Finanzminister Gianis Varoufakis hat in den vergangenen Tagen klar gemacht: Griechenland braucht mehr Zeit. Die Regierung fordert deshalb eine Art Brückenprogramm, dass die Finanzierung bis Ende Mai sichert und zugleich mehr Zeit für Verhandlungen schafft. Die jüngste Meldung dazu: Ein Zehn-Punkte-Plan, an dem das griechische Finanzministerium gemeinsam mit den USA und Experten von EU-Kommissionspräsident Jean-Claude Juncker arbeiten soll.
Tags zuvor hatte die griechische Zeitung "Kathimerini" von einem Vier-Punkte-Plan des Finanzministeriums berichtet.

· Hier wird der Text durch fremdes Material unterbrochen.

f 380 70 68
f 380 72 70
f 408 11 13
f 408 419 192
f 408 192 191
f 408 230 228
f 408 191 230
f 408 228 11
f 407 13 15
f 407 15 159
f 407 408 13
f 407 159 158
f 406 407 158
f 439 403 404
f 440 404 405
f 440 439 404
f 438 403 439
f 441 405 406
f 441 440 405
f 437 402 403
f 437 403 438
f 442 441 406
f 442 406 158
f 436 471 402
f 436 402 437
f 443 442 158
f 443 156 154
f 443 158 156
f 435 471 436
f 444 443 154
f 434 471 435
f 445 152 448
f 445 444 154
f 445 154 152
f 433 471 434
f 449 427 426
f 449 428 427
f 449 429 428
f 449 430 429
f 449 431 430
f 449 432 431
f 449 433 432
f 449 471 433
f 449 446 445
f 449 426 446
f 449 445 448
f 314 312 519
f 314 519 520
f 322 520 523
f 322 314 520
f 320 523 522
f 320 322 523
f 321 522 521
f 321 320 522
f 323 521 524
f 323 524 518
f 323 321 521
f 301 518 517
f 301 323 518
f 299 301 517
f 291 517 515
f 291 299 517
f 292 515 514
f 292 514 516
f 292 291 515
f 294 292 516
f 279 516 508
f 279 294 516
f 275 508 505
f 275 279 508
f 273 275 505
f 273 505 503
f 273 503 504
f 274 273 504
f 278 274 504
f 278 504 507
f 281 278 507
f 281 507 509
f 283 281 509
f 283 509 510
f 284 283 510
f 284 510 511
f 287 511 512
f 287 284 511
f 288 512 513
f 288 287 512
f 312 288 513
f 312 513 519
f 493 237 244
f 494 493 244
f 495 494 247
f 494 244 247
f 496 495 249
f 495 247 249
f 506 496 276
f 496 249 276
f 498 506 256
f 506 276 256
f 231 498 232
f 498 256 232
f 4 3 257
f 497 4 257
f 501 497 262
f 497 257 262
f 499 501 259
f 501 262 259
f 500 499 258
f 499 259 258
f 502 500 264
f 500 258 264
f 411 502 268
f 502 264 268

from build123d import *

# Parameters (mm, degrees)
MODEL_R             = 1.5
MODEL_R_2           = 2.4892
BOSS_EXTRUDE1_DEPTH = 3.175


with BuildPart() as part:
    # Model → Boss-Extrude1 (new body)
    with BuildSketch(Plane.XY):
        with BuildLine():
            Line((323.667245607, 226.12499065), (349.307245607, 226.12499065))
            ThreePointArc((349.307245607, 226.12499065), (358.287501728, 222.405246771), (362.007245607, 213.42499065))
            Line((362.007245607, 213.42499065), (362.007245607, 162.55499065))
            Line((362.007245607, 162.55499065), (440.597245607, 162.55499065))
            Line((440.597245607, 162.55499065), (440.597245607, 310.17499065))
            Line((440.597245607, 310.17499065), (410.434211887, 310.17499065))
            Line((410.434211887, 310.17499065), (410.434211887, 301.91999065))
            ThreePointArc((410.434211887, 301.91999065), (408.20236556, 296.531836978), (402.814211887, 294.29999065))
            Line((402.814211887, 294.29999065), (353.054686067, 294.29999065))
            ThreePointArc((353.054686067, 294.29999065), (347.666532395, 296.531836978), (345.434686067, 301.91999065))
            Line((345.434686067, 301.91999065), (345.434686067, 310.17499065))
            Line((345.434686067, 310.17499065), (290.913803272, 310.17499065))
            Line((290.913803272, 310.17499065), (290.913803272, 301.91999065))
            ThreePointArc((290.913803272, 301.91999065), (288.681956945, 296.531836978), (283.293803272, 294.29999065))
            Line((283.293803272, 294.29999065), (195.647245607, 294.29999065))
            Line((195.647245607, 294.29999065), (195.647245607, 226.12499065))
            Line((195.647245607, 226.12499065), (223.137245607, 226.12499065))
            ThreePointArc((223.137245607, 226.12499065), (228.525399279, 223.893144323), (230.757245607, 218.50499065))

Demnach wolle Griechenland zum Beispiel nur noch einen Primärüberschuss von etwa 1,5 Prozent statt bisher 4,5 Prozent erzielen. Ausserdem möchte die Regierung ein Sozialpaket umsetzen, etwa um die 300.000 ärmsten Haushalte mit kostenlosem Storm zu versorgen. Doch auch dafür müsste Athen neue finanzielle Hilfen aus Europa fordern.
Können sich beide Seiten rechtzeitig einigen?
Offizielle Erklärungen fehlen bisher - klar scheint nur, dass unzählige Punkte offen sind. Details für einen möglichen Übergang dürfte Griechenland beim Treffen der EU-Finanzminister am Mittwoch präsentieren. Doch auch dann bleibt es fraglich, ob das die verhärteten Fronten aufweicht. Bundesfinanzminister Wolfgang Schäuble (CDU) beharrt weiter auf Reformen, die britische Regierung spielte bereits die Folgen eines Euro-Austritts durch.
Nicht weniger starr sieht die griechische Seite aus. "Die Rettungsprogramme haben versagt", hatte Tsipras erst am Sonntag bei seiner Regierungserklärung wieder bekräftigt. Hier blitzte abermals der Kern der griechischen Forderungen auf: Das Land will sich nicht mehr bedingungslos Vorschriften von aussen erteilen lassen und die Belastungen reduzieren.
Für Osteuropa-Forscher Grigoriadis ist diese Haltung nur logisch. "Die erste Priorität der Regierung bleibt, das Volk zu begeistern - nicht, was das Beste für das Land ist." Solange das so sei, hat der Wissenschaftler wenig Hoffnung für eine Zwischenlösung. "Ein Übergang kann nur klappen, wenn Griechenland gleichzeitig ein längeres Programm annimmt."